Securities Commission

Agency overview
- Formed: 1978
- Dissolved: 30 April 2011
- Superseding agency: Financial Markets Authority;
- Headquarters: Wellington, New Zealand;
- Employees: 51
- Agency executive: Jane Diplock, Chairman (2001–2011);
- Key documents: ; ;
- Website: http://www.sec-com.govt.nz/

Footnotes
- The Financial Markets Authority no longer officially recognises this predecessor organisation.

= Securities Commission of New Zealand =

Financial Markets Regulator

The Securities Commission was an independent Crown entity of the government of New Zealand and the main regulator of investments. It was replaced on 1 May 2011 by the Financial Markets Authority.

It was responsible for enforcement, monitoring and market oversight of the securities markets, authorising participants and promoting public understanding of investments. This included authorising the New Zealand Stock Exchange with which it ran a co-regulatory model.

On 27 April 2010, the New Zealand minister for commerce Simon Power announced that the Securities Commission would be replaced by a new integrated financial regulator, the Financial Markets Authority.

==History==
The commission was first established under the Securities Act 1978 which determines its powers and functions.

The commissions role was modified and extended by a number of additional pieces of legislation.
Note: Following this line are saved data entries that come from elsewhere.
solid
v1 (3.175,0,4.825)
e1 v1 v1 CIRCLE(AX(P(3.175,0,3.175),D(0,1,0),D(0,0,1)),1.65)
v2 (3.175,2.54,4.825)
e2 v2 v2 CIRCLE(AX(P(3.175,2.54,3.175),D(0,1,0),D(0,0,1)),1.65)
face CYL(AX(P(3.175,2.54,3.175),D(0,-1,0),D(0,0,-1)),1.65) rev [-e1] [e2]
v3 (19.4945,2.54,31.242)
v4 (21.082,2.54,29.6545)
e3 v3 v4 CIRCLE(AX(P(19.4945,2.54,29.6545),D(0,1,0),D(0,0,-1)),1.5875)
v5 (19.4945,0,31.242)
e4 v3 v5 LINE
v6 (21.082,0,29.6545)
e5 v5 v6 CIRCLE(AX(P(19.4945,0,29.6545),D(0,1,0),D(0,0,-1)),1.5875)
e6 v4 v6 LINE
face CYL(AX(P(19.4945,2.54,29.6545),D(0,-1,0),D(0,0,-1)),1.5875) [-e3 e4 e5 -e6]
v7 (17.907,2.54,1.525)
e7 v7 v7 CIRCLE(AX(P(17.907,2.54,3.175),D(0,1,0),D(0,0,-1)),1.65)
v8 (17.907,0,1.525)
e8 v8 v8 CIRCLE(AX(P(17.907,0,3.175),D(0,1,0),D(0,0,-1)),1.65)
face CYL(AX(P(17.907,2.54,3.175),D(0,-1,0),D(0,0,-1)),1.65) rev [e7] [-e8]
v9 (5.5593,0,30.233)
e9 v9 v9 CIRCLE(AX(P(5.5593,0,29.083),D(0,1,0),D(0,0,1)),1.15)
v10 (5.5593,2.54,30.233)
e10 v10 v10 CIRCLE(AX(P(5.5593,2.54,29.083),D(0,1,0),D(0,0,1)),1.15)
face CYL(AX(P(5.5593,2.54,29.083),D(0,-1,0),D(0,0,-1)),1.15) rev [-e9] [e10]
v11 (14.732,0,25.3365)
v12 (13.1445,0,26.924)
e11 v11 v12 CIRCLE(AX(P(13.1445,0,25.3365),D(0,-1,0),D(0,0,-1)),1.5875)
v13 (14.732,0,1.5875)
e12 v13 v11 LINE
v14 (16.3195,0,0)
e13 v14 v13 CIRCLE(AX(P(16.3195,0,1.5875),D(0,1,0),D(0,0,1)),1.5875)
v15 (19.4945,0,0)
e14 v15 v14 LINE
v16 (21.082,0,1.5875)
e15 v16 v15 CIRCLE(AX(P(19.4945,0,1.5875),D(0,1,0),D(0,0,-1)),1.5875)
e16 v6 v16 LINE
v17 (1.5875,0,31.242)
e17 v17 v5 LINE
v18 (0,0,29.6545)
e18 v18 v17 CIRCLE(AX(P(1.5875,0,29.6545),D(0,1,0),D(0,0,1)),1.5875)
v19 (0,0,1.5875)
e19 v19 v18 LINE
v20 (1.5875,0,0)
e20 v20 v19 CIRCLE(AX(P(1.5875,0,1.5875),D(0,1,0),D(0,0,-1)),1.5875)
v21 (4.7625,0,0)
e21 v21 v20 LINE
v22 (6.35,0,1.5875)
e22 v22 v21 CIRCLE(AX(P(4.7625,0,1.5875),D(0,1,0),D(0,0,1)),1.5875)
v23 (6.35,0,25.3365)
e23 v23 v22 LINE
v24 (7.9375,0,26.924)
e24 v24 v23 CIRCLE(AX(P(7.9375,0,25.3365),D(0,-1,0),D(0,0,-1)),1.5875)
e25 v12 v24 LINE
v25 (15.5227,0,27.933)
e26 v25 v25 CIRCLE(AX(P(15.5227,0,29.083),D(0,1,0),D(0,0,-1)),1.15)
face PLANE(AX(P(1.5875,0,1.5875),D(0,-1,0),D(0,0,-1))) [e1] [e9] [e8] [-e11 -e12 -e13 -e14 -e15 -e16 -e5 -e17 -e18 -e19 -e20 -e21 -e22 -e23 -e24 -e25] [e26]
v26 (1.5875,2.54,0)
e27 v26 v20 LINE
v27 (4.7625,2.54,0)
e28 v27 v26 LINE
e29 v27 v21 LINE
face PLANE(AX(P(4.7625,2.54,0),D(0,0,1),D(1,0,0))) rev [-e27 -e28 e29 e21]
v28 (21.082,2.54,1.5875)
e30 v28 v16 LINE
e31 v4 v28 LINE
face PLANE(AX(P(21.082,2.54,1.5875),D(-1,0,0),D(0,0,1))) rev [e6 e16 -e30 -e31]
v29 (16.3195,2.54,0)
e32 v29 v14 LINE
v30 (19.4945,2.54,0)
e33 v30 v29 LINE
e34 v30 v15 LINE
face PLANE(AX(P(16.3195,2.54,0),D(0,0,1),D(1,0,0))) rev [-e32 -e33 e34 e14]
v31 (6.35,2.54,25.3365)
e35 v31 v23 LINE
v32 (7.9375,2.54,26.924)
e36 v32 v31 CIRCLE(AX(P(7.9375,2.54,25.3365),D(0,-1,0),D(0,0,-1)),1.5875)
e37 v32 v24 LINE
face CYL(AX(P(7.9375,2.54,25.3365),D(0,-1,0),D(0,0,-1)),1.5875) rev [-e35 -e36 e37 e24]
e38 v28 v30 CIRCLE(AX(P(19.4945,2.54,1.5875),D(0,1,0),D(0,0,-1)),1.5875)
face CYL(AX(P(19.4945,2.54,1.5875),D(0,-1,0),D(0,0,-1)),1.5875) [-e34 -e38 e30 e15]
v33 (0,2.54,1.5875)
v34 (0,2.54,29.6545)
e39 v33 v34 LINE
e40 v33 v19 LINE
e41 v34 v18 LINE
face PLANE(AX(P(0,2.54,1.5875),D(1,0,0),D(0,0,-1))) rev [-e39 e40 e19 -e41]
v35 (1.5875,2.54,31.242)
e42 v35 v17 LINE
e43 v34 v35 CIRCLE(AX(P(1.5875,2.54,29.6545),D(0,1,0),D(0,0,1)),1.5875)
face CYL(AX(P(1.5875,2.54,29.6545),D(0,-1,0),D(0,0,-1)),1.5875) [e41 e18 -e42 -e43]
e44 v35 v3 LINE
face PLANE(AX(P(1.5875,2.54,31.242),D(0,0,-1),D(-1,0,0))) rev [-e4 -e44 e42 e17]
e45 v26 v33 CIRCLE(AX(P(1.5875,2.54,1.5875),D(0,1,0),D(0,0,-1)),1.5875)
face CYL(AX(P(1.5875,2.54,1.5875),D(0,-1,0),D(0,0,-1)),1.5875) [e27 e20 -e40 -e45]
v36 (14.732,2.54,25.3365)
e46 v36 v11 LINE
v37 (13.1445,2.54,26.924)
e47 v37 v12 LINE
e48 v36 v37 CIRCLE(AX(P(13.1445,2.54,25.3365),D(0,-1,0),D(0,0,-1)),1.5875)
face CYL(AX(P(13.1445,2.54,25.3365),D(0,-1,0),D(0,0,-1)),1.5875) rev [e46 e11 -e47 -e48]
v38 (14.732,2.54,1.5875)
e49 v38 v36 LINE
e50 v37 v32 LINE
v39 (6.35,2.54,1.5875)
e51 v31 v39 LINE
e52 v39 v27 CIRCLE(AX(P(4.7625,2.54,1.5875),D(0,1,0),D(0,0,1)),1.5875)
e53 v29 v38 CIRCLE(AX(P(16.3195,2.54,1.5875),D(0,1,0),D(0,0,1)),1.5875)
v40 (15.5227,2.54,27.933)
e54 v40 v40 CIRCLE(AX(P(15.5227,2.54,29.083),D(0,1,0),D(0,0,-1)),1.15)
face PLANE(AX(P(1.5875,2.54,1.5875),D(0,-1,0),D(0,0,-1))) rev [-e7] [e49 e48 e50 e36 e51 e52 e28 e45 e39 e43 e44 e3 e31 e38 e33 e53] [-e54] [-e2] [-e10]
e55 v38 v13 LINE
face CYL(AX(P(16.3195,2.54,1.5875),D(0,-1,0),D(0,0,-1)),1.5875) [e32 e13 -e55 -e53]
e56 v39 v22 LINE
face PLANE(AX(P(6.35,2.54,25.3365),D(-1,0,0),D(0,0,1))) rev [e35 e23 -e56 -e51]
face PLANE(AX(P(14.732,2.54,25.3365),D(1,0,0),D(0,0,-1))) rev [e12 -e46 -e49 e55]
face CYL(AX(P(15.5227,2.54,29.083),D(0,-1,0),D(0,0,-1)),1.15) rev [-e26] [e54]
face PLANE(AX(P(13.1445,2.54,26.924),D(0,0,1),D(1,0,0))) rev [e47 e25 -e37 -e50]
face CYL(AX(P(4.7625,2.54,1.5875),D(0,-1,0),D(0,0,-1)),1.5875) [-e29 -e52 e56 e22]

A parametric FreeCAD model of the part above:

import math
import FreeCAD as App
import Part
import Sketcher
from FreeCAD import Vector
Q = App.Units.Quantity

doc = App.newDocument("Part")
body = doc.addObject("PartDesign::Body", "Body")

# Sketch on XZ plane
sketch1 = doc.addObject("Sketcher::SketchObject", "Sketch")
body.addObject(sketch1)
sketch1.AttachmentSupport = (doc.XZ_Plane, [""])
sketch1.MapMode = "FlatFace"
sketch1.addGeometry([
    Part.LineSegment(Vector(0, 1.6, 0), Vector(0, 29.7, 0)),  # 0
    Part.ArcOfCircle(Part.Circle(Vector(1.6, 29.7, 0), Vector(0, 0, 1), 1.6), math.radians(90), math.radians(180)),  # 1
    Part.LineSegment(Vector(1.6, 31.2, 0), Vector(19.5, 31.2, 0)),  # 2
    Part.ArcOfCircle(Part.Circle(Vector(19.5, 29.7, 0), Vector(0, 0, 1), 1.6), math.radians(0), math.radians(90)),  # 3
    Part.LineSegment(Vector(21.1, 29.7, 0), Vector(21.1, 1.6, 0)),  # 4
    Part.ArcOfCircle(Part.Circle(Vector(19.5, 1.6, 0), Vector(0, 0, 1), 1.6), math.radians(-90), math.radians(0)),  # 5
    Part.LineSegment(Vector(19.5, 0, 0), Vector(16.3, 0, 0)),  # 6
    Part.ArcOfCircle(Part.Circle(Vector(16.3, 1.6, 0), Vector(0, 0, 1), 1.6), math.radians(180), math.radians(270)),  # 7
    Part.LineSegment(Vector(14.7, 1.6, 0), Vector(14.7, 25.3, 0)),  # 8
    Part.ArcOfCircle(Part.Circle(Vector(13.1, 25.3, 0), Vector(0, 0, 1), 1.6), math.radians(0), math.radians(90)),  # 9
    Part.LineSegment(Vector(13.1, 26.9, 0), Vector(7.9, 26.9, 0)),  # 10
    Part.ArcOfCircle(Part.Circle(Vector(7.9, 25.3, 0), Vector(0, 0, 1), 1.6), math.radians(90), math.radians(180)),  # 11
    Part.LineSegment(Vector(6.3, 25.3, 0), Vector(6.3, 1.6, 0)),  # 12
    Part.ArcOfCircle(Part.Circle(Vector(4.8, 1.6, 0), Vector(0, 0, 1), 1.6), math.radians(-90), math.radians(0)),  # 13
    Part.LineSegment(Vector(4.8, 0, 0), Vector(1.6, 0, 0)),  # 14
    Part.ArcOfCircle(Part.Circle(Vector(1.6, 1.6, 0), Vector(0, 0, 1), 1.6), math.radians(180), math.radians(270)),  # 15
    Part.Circle(Vector(5.6, 29.1, 0), Vector(0, 0, 1), 1.1),  # 16
    Part.Circle(Vector(15.5, 29.1, 0), Vector(0, 0, 1), 1.1),  # 17
    Part.Circle(Vector(3.2, 3.2, 0), Vector(0, 0, 1), 1.6),  # 18
    Part.Circle(Vector(17.9, 3.2, 0), Vector(0, 0, 1), 1.6),  # 19
], False)
sketch1.addConstraint([
    Sketcher.Constraint("Tangent", 0, 2, 1, 2),
    Sketcher.Constraint("Tangent", 1, 1, 2, 1),
    Sketcher.Constraint("Tangent", 2, 2, 3, 2),
    Sketcher.Constraint("Tangent", 3, 1, 4, 1),
    Sketcher.Constraint("Tangent", 4, 2, 5, 2),
    Sketcher.Constraint("Tangent", 5, 1, 6, 1),
    Sketcher.Constraint("Tangent", 6, 2, 7, 2),
    Sketcher.Constraint("Tangent", 7, 1, 8, 1),
    Sketcher.Constraint("Tangent", 8, 2, 9, 1),
    Sketcher.Constraint("Tangent", 9, 2, 10, 1),
    Sketcher.Constraint("Tangent", 10, 2, 11, 1),
    Sketcher.Constraint("Tangent", 11, 2, 12, 1),
    Sketcher.Constraint("Tangent", 12, 2, 13, 2),
    Sketcher.Constraint("Tangent", 13, 1, 14, 1),
    Sketcher.Constraint("Tangent", 14, 2, 15, 2),
    Sketcher.Constraint("Tangent", 15, 1, 0, 1),
    Sketcher.Constraint("Vertical", 0),
    Sketcher.Constraint("Horizontal", 2),
    Sketcher.Constraint("Vertical", 4),
    Sketcher.Constraint("Horizontal", 6),
    Sketcher.Constraint("Vertical", 8),
    Sketcher.Constraint("Horizontal", 10),
    Sketcher.Constraint("Vertical", 12),
    Sketcher.Constraint("Horizontal", 14),
    Sketcher.Constraint("Equal", 1, 3),
    Sketcher.Constraint("Equal", 3, 5),
    Sketcher.Constraint("Equal", 5, 7),
    Sketcher.Constraint("Equal", 7, 9),
    Sketcher.Constraint("Equal", 9, 11),
    Sketcher.Constraint("Equal", 11, 13),
    Sketcher.Constraint("Equal", 13, 15),
    Sketcher.Constraint("Equal", 16, 17),
    Sketcher.Constraint("Equal", 18, 19),
    Sketcher.Constraint("PointOnObject", 0, 2, -2),
    Sketcher.Constraint("PointOnObject", 5, 1, -1),
    Sketcher.Constraint("PointOnObject", 13, 1, -1),
    Sketcher.Constraint("Horizontal", 16, 3, 17, 3),
    Sketcher.Constraint("Horizontal", 18, 3, 19, 3),
    Sketcher.Constraint("Equal", 6, 14),
    Sketcher.Constraint("Radius", 1, Q("0.0625 in")),
    Sketcher.Constraint("Diameter", 16, 2.3),
    Sketcher.Constraint("Diameter", 18, 3.3),
    Sketcher.Constraint("DistanceX", 2, 1, 2, 2, Q("0.705 in")),
    Sketcher.Constraint("DistanceX", 6, 2, 6, 1, Q("0.125 in")),
    Sketcher.Constraint("DistanceY", 0, 1, 0, 2, Q("1.105 in")),
    Sketcher.Constraint("DistanceY", 8, 1, 8, 2, Q("0.935 in")),
    Sketcher.Constraint("DistanceX", 18, 3, 19, 3, Q("0.58 in")),
    Sketcher.Constraint("DistanceY", -1, 1, 16, 3, Q("1.145 in")),
    Sketcher.Constraint("DistanceX", -1, 1, 18, 3, Q("0.125 in")),
    Sketcher.Constraint("DistanceY", -1, 1, 18, 3, Q("0.125 in")),
    Sketcher.Constraint("DistanceX", -1, 1, 16, 3, 5.5593),
    Sketcher.Constraint("DistanceX", -1, 1, 17, 3, 15.5227),
])
pad1 = doc.addObject("PartDesign::Pad", "Pad")
body.addObject(pad1)
pad1.Profile = sketch1
pad1.Length = Q("0.1 in")
pad1.Reversed = True

doc.recompute()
These include the Securities Markets Act 1988, the Investment Advisers (Disclosure) Act 1996, the Securities Regulations 1983, the Securities Act (Contributory Mortgage) Regulations 1988, and the Securities (Fees) Regulations 1998.

The Financial Advisers Act 2008 gave the Securities Commission new responsibilities to register and set minimum standards for financial advisers. There was some concern that the commission did not have the resources to effectively carry out its responsibilities and that this additional responsibility would make the situation worse.

The agency was chaired by Jane Diplock from 2001 until it was disbanded in 2011 and faced criticism for its handling of the collapse of a large number of finance companies. Jane Diplock was also the chairperson of the International Organization of Securities Commissions (IOSCO) during her time as chairperson of the Securities Commission.

==Responsibilities and functions==
The Securities Commission undertook the following roles:
- Enforcement, monitoring and market oversight
- Law reform
- Exemptions
- Authorisations
- International co-operation and
- Promoting public understanding

==Notable cases==
- In May 1993 the Commission published an extensive report on the manipulation of reported profits by the largely Government-owned Bank of New Zealand. "Arrangements" to make the manipulation look valid were put in place in March 1988 but in the event they were not used until the Bank's 1990 year, when the Bank's profit was overstated by $55m.
- Meridian Global Funds Management Asia Ltd v Securities Commission, Privy Council, 1995
- In June 2007, Michael Fay and David Richwhite through one of the companies that they co-owned, Midavia Rail Investments, paid $20 million to the commission to settle insider trading proceedings relating to Tranz Rail. In October 2004 the commission accused Midavia of insider trading and Richwhite of tipping off Midavia to sell $63 million worth of shares while knowing Tranz Rail was facing financial problems, which was not known to the public. The commission noted that the payments had been made "without any admission of liability".

- On 11 November 2007 the NZ Securities Commission issued a report into two matters concerning Feltex Carpets Ltd which by then had gone into liquidation with the probable loss of all shareholders funds. The first matter was an Initial Public Offer made in April 2004 by which a sole shareholder sold all its shares to the public for about $250m. The report declared that this IPO was not misleading in any material particular. Nevertheless, over three thousand of the eight thousand subscribers to this IPO have taken legal action against various parties associated with making the offering on the grounds that the offering was misleading. The High Court (Houghton v Saunders) found against the shareholders and as at April 2016 the matter is being considered by the Court of Appeal.

In the second matter the Securities Commission reported that Feltex had overstated the length of tenure of most of its extensive bank debt in its half-yearly report to 31 December 2005. The Ministry of Economic Development took legal action against five of the Feltex directors as a result of this Securities Commission report but in MED v Feeney Judge M Doogue dismissed the charges. Judge Doogue specialised in family court matters. Less than a year after this judgement she was promoted to Chief District Court Judge.

- On 20 June 2010, the Securities Commission put the finance company South Canterbury Finance, which was run by Allan Hubbard, into statutory management after complaints from a number of investors. This also triggered an investigation by the Serious Fraud Office (New Zealand). Eight weeks later on 31 August 2010, South Canterbury Finance was placed in receivership.

- In late 2010, the Securities Commission successfully applied to the High Court to have the assets of former director of finance company Hanover Finance, Mark Hotchin frozen.